Ein weiteres Problem ist der Datenschutz. Was soll man zum Beispiel tun, wenn der Zugriff auf Kamera und Mikrofon des Laptops verlangt wird? Für Dr. Kristina Hopf, Referatsleiterin im Bereich Medienkompetenz und Jugendschutz der BLM, ist die neue Welt des audiovisuellen Sehens für Eltern ein Kosmos voller Unklarheiten. „Bei jeder Nutzung von Streaming-Portalen und anderen Netzdiensten werden Unmengen an Daten erhoben – was damit passiert, weiß keiner.“

Gewidmet war die Fachtagung dem langjährigen Vorsitzenden des BLM-Medienrats, Dr. Erich Jooß, der kurz zuvor gestorben war. Verena Weigand, Bereichsleiterin für Jugendschutz und Medienkompetenz der BLM, erinnerte bei ihrer Begrüßung an den Mitbegründer der Stiftung Medienpädagogik Bayern: „Mit herausragendem Engagement hat sich Dr. Jooß dafür eingesetzt, Kinder und Jugendliche für einen kritischen Umgang mit Medien zu sensibilisieren“, sagte Weigand.

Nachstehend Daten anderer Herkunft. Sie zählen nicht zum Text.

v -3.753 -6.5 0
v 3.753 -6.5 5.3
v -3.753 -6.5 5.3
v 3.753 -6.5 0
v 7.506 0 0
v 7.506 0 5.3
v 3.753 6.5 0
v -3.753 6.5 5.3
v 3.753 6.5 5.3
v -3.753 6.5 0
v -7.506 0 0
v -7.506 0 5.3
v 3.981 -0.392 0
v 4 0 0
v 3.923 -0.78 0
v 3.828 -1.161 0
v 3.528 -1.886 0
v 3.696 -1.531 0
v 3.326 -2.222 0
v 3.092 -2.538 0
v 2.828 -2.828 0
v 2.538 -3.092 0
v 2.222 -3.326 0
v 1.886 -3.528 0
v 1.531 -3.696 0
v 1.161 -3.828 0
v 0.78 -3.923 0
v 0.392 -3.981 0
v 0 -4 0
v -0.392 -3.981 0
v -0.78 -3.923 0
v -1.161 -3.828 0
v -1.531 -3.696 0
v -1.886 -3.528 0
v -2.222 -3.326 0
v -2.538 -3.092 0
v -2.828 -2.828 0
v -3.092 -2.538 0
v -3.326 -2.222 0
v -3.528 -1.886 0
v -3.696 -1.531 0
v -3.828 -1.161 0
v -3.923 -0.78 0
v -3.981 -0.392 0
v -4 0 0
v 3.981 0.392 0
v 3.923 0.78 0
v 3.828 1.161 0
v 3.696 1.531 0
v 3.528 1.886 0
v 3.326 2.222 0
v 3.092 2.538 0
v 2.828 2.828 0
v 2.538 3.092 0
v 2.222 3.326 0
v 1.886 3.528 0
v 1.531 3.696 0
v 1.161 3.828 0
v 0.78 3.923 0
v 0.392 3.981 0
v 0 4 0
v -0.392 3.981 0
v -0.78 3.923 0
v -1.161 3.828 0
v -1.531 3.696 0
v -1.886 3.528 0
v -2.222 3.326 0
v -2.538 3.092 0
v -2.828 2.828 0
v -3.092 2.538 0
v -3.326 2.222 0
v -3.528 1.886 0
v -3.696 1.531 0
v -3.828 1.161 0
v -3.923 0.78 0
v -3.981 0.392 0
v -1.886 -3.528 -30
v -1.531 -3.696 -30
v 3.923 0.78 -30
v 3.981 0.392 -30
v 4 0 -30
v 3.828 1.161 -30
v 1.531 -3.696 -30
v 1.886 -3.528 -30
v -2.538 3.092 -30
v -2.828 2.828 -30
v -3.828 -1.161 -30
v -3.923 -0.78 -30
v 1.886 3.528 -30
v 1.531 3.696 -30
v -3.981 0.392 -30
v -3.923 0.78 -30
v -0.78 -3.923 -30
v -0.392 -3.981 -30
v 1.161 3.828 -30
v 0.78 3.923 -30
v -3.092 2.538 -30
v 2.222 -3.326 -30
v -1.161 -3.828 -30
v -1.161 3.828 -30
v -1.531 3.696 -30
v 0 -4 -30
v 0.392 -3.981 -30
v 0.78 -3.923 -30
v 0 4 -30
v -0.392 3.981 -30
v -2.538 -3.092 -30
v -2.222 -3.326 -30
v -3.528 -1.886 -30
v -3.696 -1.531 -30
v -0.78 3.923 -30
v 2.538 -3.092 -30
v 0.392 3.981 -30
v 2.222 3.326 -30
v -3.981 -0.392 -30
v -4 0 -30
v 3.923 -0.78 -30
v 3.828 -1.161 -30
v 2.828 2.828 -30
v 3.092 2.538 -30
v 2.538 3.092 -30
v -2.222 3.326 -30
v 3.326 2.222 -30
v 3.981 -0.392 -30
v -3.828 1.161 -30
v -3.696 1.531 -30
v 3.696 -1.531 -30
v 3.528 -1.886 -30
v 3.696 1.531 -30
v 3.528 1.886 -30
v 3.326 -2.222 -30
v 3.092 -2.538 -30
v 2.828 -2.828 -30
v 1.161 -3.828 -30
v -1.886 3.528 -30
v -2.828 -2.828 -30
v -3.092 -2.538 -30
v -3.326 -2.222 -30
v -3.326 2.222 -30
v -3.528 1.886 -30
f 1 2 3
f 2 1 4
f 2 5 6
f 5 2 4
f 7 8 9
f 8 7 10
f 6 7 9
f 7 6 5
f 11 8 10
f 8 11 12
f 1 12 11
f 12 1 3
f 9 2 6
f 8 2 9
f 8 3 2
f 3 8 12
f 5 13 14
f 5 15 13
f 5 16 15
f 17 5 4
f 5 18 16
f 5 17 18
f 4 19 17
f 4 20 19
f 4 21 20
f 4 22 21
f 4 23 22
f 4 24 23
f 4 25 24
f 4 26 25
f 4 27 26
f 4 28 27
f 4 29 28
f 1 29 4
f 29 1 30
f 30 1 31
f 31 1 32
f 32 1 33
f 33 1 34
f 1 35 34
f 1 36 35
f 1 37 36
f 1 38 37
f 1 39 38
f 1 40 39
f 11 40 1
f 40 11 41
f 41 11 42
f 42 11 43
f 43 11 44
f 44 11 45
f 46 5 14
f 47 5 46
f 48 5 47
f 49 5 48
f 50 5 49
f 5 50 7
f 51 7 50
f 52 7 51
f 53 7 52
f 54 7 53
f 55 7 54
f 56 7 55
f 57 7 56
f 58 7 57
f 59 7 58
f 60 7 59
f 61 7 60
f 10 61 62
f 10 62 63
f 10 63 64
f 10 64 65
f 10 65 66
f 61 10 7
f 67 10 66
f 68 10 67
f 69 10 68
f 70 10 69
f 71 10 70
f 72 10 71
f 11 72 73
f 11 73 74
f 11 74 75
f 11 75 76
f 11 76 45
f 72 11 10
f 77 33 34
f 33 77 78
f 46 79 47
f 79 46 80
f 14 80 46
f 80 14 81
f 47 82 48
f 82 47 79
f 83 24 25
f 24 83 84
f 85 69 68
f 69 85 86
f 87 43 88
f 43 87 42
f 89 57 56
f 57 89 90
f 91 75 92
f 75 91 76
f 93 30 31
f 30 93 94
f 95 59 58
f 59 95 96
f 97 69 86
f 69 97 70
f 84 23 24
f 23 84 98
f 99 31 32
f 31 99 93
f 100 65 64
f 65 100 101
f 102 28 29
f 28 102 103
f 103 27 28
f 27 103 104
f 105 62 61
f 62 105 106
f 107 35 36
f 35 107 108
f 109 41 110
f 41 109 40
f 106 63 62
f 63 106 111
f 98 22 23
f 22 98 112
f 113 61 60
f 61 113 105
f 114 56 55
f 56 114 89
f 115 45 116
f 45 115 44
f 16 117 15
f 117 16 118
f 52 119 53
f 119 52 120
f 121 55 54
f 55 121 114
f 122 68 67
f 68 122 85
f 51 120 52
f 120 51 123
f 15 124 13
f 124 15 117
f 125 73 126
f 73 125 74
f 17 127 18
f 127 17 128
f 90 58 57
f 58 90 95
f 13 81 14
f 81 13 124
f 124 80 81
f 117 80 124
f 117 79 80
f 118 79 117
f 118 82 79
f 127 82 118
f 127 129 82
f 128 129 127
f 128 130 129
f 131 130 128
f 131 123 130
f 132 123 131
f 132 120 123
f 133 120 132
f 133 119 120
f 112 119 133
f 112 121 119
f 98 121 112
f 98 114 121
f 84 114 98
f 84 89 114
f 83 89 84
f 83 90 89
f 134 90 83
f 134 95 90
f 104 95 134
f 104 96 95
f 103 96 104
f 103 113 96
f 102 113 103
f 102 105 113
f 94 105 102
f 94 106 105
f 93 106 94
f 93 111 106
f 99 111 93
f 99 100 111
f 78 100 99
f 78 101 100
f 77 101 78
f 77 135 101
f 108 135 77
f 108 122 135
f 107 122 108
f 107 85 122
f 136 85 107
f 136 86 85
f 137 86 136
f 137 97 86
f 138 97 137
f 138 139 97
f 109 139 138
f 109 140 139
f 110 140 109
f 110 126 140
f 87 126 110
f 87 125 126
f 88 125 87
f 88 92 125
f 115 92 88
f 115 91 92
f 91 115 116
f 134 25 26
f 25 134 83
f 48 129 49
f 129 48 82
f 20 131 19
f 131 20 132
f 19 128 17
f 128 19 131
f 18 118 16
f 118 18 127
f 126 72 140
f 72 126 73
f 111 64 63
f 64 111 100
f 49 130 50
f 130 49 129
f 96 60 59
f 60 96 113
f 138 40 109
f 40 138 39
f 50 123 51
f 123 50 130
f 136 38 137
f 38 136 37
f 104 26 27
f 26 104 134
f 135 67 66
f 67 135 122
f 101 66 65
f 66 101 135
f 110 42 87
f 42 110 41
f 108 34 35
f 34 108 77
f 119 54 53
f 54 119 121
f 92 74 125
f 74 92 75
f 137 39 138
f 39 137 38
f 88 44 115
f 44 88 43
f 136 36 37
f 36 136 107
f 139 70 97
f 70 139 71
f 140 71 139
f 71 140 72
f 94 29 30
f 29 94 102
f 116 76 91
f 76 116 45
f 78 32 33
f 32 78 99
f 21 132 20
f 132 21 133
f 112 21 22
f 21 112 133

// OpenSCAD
// M8 六角ボルト(ねじ山省略・シャンクは円柱)
// 頭部: 対辺距離 13mm / 高さ 5.3mm
// 軸部: φ8mm / 長さ 30mm

$fn = 64;

AF          = 13;      // 頭部 対辺距離 (across-flats)
HEAD_H      = 5.3;     // 頭部 高さ
SHANK_D     = 8;       // 軸部 直径
SHANK_L     = 30;      // 軸部 長さ

module hex_head(af, h) {
    // 六角柱: 対辺距離 af -> 外接円半径 af/sqrt(3)
    cylinder(h = h, r = af / sqrt(3), $fn = 6);
}

module shank(d, l) {
    translate([0, 0, -l])
        cylinder(h = l, d = d);
}

module m8_hex_bolt() {
    union() {
        // 頭部: z = 0 ～ 5.3
        hex_head(AF, HEAD_H);
        // 軸部: z = -30 ～ 0
        shank(SHANK_D, SHANK_L);
    }
}

m8_hex_bolt();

Parallel zur Tagung ist die Broschüre „Alles auf Empfang? Familie und Fernsehen – Informationen für Eltern“ in neuer Auflage erschienen. Erstmals in den 1990er-Jahren veröffentlicht, wurde der Ratgeber der BLM und der Aktion Jugendschutz Bayern seither stetig nachgefragt. Die Broschüre richtet sich an Eltern und Erziehende von Kindern bis etwa 12 Jahren und gibt praktische Tipps zum Fernsehalltag in der Familie, in der aktuellen Auflage auch zum Online-Fernsehen und Jugendschutz im Internet. Sie steht unter www.blm.de zum Download zur Verfügung.